Records for the task: Begin
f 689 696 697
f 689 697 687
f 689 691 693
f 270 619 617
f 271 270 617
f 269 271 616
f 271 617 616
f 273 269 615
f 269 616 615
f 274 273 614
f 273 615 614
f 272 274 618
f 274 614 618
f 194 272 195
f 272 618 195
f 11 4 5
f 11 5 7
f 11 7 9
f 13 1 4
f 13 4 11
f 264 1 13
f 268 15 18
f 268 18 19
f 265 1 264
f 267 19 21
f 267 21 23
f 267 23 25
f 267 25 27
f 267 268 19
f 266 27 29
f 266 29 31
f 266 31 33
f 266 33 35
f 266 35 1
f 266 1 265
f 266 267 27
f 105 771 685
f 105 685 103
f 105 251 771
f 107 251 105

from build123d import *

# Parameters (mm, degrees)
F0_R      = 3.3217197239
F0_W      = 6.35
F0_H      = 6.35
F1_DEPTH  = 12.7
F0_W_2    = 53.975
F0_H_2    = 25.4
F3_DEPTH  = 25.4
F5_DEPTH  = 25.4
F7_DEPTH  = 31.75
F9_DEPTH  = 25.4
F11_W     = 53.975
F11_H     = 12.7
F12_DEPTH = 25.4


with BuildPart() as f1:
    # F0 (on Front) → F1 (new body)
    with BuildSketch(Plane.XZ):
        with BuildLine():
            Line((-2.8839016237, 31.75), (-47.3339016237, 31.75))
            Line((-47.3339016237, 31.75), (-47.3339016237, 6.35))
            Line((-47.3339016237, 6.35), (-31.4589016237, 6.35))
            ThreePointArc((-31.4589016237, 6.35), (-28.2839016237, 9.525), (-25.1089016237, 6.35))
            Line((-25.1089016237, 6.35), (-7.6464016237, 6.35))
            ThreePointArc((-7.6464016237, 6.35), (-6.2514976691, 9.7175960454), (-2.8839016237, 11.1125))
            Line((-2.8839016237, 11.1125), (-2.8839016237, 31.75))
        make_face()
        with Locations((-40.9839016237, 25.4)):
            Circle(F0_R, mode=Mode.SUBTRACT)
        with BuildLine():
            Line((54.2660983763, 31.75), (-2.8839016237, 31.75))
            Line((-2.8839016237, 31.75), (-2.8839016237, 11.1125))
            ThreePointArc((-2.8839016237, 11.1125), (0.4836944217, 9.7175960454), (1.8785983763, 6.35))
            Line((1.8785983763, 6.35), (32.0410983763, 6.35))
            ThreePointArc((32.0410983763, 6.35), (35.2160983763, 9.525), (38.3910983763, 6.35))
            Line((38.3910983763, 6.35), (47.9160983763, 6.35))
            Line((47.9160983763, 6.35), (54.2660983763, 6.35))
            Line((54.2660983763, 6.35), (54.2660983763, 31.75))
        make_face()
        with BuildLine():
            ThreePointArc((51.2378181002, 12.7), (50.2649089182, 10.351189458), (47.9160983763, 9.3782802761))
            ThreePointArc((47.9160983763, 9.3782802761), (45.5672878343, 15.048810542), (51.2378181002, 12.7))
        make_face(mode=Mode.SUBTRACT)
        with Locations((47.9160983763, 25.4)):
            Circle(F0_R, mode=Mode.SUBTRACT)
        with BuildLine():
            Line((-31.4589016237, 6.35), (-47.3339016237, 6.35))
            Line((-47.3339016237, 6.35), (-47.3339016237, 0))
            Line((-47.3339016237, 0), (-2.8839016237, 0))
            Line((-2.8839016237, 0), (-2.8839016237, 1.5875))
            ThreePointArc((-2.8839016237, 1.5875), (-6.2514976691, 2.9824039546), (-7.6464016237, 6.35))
Records for the task: End
Your task: This exercise calls for the entries to be restated exactly.

Solution for this task:
f 689 696 697
f 689 697 687
f 689 691 693
f 270 619 617
f 271 270 617
f 269 271 616
f 271 617 616
f 273 269 615
f 269 616 615
f 274 273 614
f 273 615 614
f 272 274 618
f 274 614 618
f 194 272 195
f 272 618 195
f 11 4 5
f 11 5 7
f 11 7 9
f 13 1 4
f 13 4 11
f 264 1 13
f 268 15 18
f 268 18 19
f 265 1 264
f 267 19 21
f 267 21 23
f 267 23 25
f 267 25 27
f 267 268 19
f 266 27 29
f 266 29 31
f 266 31 33
f 266 33 35
f 266 35 1
f 266 1 265
f 266 267 27
f 105 771 685
f 105 685 103
f 105 251 771
f 107 251 105

from build123d import *

# Parameters (mm, degrees)
F0_R      = 3.3217197239
F0_W      = 6.35
F0_H      = 6.35
F1_DEPTH  = 12.7
F0_W_2    = 53.975
F0_H_2    = 25.4
F3_DEPTH  = 25.4
F5_DEPTH  = 25.4
F7_DEPTH  = 31.75
F9_DEPTH  = 25.4
F11_W     = 53.975
F11_H     = 12.7
F12_DEPTH = 25.4


with BuildPart() as f1:
    # F0 (on Front) → F1 (new body)
    with BuildSketch(Plane.XZ):
        with BuildLine():
            Line((-2.8839016237, 31.75), (-47.3339016237, 31.75))
            Line((-47.3339016237, 31.75), (-47.3339016237, 6.35))
            Line((-47.3339016237, 6.35), (-31.4589016237, 6.35))
            ThreePointArc((-31.4589016237, 6.35), (-28.2839016237, 9.525), (-25.1089016237, 6.35))
            Line((-25.1089016237, 6.35), (-7.6464016237, 6.35))
            ThreePointArc((-7.6464016237, 6.35), (-6.2514976691, 9.7175960454), (-2.8839016237, 11.1125))
            Line((-2.8839016237, 11.1125), (-2.8839016237, 31.75))
        make_face()
        with Locations((-40.9839016237, 25.4)):
            Circle(F0_R, mode=Mode.SUBTRACT)
        with BuildLine():
            Line((54.2660983763, 31.75), (-2.8839016237, 31.75))
            Line((-2.8839016237, 31.75), (-2.8839016237, 11.1125))
            ThreePointArc((-2.8839016237, 11.1125), (0.4836944217, 9.7175960454), (1.8785983763, 6.35))
            Line((1.8785983763, 6.35), (32.0410983763, 6.35))
            ThreePointArc((32.0410983763, 6.35), (35.2160983763, 9.525), (38.3910983763, 6.35))
            Line((38.3910983763, 6.35), (47.9160983763, 6.35))
            Line((47.9160983763, 6.35), (54.2660983763, 6.35))
            Line((54.2660983763, 6.35), (54.2660983763, 31.75))
        make_face()
        with BuildLine():
            ThreePointArc((51.2378181002, 12.7), (50.2649089182, 10.351189458), (47.9160983763, 9.3782802761))
            ThreePointArc((47.9160983763, 9.3782802761), (45.5672878343, 15.048810542), (51.2378181002, 12.7))
        make_face(mode=Mode.SUBTRACT)
        with Locations((47.9160983763, 25.4)):
            Circle(F0_R, mode=Mode.SUBTRACT)
        with BuildLine():
            Line((-31.4589016237, 6.35), (-47.3339016237, 6.35))
            Line((-47.3339016237, 6.35), (-47.3339016237, 0))
            Line((-47.3339016237, 0), (-2.8839016237, 0))
            Line((-2.8839016237, 0), (-2.8839016237, 1.5875))
            ThreePointArc((-2.8839016237, 1.5875), (-6.2514976691, 2.9824039546), (-7.6464016237, 6.35))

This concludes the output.